И Дима с Женькой – те стоят. Рядом. Рослые. Только один в комплекции, другой – тощий: каши мало в детстве ел – про второго первый говорит так. Тоже о чём-то, поди, думают. Они-то, ладно, никого пока из своих, немощных, горевать в одиночестве надолго не оставили. В иных тревогах.

Собака, бомжиха, пожилая, с вислыми ушами и хвостом, с беспристрастным, как у судьи, взглядом, с сиреневыми проплешинами по спине, серой, как у волка, поношенной, рубашки, привстав на задние лапы, с головой в урну с мусором сунулась, пакет полиэтиленовый оттуда извлекла и подалась с ним в зубах, как со щенком, от нас подальше, но неспешно; повалилась в траву под акацией, пакет меж лап под мордой положила, но пока его не трогает – то ли кого-то поджидает, с кем ей надо будет честно – по любви, по иерархии ли – поделиться, то ли просто с удовольствием в пакет забраться не торопится – толк в своей бродячей жизни знает.

– Погода завтра начнёт портиться, – говорит Дима. Без интонации – как об обыденном, о безразличном будто – по-крестьянски. Смотрел он только что сквозь клуб выпущенного им из себя табачного дыма на пылающий горизонт, пристально и с грустью, после просеменил глазами весело по мне, теперь уже по сторонам блуждает ими. – Похоже, завтра и испортится. Как пить дать, – говорит. И говорит: – Девки вон с тобой поедут. Хорошенькие. Всё, что положено, при них. Фигуристые. Как рюмки. Одна из них – как контрабас – дак та особенно… с мешком зелёным – с рюкзачишком…

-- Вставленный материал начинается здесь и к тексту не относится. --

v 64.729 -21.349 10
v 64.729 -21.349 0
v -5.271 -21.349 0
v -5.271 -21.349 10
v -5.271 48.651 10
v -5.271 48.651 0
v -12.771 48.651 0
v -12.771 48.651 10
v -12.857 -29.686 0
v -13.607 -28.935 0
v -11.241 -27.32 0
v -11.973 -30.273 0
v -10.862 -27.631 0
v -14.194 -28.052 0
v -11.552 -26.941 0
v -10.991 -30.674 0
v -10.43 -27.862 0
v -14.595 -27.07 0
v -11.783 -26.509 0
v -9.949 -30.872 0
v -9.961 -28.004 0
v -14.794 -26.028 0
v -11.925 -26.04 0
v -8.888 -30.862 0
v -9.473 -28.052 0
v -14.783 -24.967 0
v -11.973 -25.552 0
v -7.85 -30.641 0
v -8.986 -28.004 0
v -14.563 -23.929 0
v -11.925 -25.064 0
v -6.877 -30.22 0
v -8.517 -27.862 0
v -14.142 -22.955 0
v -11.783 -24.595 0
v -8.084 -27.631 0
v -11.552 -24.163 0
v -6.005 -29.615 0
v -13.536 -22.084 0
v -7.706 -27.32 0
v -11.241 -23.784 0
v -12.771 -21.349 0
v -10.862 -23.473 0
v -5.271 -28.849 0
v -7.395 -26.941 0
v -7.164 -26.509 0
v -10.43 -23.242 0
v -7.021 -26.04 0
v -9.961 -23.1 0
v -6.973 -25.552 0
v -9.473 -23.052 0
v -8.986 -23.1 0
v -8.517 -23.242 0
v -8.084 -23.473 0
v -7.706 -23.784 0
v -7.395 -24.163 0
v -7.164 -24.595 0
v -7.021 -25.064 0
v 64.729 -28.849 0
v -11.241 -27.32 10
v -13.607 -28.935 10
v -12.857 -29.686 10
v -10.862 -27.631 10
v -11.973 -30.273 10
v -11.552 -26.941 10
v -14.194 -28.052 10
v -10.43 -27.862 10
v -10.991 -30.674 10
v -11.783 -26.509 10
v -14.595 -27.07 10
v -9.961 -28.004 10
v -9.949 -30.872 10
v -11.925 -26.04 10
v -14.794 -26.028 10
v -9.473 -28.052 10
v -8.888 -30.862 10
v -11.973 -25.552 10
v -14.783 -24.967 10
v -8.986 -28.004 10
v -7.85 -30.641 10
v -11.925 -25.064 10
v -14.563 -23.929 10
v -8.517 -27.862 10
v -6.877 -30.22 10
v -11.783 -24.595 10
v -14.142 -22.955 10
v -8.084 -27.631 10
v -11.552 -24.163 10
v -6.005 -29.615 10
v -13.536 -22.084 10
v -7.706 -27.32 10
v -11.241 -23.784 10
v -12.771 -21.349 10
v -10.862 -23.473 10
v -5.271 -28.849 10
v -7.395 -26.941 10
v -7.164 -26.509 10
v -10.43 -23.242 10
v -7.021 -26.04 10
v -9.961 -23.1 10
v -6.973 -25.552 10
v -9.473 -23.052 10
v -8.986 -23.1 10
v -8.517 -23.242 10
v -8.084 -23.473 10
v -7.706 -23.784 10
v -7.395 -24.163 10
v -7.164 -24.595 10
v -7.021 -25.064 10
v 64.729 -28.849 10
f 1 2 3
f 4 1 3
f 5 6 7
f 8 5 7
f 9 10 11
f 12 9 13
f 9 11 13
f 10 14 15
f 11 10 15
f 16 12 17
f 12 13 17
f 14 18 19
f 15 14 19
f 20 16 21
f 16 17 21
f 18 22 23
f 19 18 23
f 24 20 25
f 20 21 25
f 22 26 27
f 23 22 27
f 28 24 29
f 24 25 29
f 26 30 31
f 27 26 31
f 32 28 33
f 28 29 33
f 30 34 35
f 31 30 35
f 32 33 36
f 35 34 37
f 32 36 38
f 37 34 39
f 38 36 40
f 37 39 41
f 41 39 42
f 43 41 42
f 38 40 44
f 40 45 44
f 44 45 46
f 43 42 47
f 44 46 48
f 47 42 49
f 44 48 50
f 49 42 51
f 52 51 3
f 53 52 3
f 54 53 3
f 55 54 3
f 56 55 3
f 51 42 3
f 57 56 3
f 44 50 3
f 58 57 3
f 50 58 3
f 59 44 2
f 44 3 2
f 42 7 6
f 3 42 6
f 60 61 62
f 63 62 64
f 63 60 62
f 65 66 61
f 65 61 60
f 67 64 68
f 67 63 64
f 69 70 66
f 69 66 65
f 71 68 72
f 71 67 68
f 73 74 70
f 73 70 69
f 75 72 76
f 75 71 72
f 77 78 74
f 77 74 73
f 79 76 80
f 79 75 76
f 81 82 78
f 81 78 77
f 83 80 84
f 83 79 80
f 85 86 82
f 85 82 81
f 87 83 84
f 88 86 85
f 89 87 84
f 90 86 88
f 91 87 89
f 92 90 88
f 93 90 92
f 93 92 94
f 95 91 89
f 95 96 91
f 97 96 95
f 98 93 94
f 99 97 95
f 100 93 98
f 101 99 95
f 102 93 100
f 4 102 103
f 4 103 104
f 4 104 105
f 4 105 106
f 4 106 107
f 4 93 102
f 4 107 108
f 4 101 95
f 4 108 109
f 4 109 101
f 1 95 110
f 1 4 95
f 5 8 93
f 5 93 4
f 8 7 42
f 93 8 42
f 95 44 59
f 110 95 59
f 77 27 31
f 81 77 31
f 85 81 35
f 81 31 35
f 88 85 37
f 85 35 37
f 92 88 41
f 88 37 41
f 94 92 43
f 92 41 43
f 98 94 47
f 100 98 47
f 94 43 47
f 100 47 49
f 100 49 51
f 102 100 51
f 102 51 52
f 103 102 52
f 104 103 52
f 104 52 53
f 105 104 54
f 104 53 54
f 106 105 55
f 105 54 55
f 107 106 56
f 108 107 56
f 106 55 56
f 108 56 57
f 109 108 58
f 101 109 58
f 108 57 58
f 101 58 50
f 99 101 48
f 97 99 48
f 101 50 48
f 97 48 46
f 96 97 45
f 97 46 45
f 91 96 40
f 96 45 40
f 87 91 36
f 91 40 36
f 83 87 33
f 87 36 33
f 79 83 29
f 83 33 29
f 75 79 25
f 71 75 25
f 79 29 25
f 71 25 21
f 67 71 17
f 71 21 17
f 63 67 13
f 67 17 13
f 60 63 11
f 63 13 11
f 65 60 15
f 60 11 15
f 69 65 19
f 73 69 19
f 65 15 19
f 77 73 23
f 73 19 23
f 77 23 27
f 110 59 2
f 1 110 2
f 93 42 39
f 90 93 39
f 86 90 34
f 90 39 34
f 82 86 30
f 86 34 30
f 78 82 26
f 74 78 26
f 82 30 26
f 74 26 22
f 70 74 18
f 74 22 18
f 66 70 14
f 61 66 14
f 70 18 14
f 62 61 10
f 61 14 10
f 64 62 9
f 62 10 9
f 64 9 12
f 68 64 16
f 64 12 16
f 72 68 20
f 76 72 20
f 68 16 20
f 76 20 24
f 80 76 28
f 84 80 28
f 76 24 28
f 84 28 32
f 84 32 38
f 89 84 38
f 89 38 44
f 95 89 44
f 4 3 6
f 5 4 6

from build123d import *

# Parameters (mm, degrees)
BOSS_EXTRUDE2_DEPTH = 10
SKETCH2_R           = 2.5
CUT_EXTRUDE1_DEPTH  = 10


with BuildPart() as part:
    # Sketch1 → Boss-Extrude2 (new body)
    with BuildSketch(Plane.XY):
        with BuildLine():
            Line((-12.770888736, 48.650584459), (-12.770888736, -21.349415541))
            ThreePointArc((-12.770888736, -21.349415541), (-13.250610219, -29.329137023), (-5.270888736, -28.849415541))
            Line((-5.270888736, -28.849415541), (64.729111264, -28.849415541))
            Line((64.729111264, -28.849415541), (64.729111264, -21.349415541))
            Line((64.729111264, -21.349415541), (-5.270888736, -21.349415541))
            Line((-5.270888736, -21.349415541), (-5.270888736, 48.650584459))
            Line((-5.270888736, 48.650584459), (-12.770888736, 48.650584459))
        make_face()
    extrude(amount=BOSS_EXTRUDE2_DEPTH)

    # Sketch2 → Cut-Extrude1 (cut)
    with BuildSketch(Plane(origin=(0, 0, 0), x_dir=(-1, 0, 0), z_dir=(0, 0, -1))):
        with Locations((9.47340598, -25.551932785)):
            Circle(SKETCH2_R)
    extrude(amount=-CUT_EXTRUDE1_DEPTH, mode=Mode.SUBTRACT)


solid = part.part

– Тлеешь в похотях прелестных.

– Ну уж. Я – по-отцовски… Штанишки нравятся на них – смешные… Как пионерки. Может, пионервожатым к себе возьмут?

– Напросись.

– Да и мордахи, глянь-ка, милые. Сколько их, долгоногих, развелось – вроде и радует, и беспокоит… В наше время таких не было. Или в башке у нас опилки были, а через них кого увидишь… Ещё одежда много значит… Кольца в пупах – привязывать кого-то… или – к кому-то?.. И чем их кормят? От молока да картошки такими не бывают… Куда едут, зачем едут? Оставались бы… Женька ещё вон не женатый…

– Ага, о Женьке озаботился.

– О ком ещё… Поедешь, к ним не приставай, а то… я знаю.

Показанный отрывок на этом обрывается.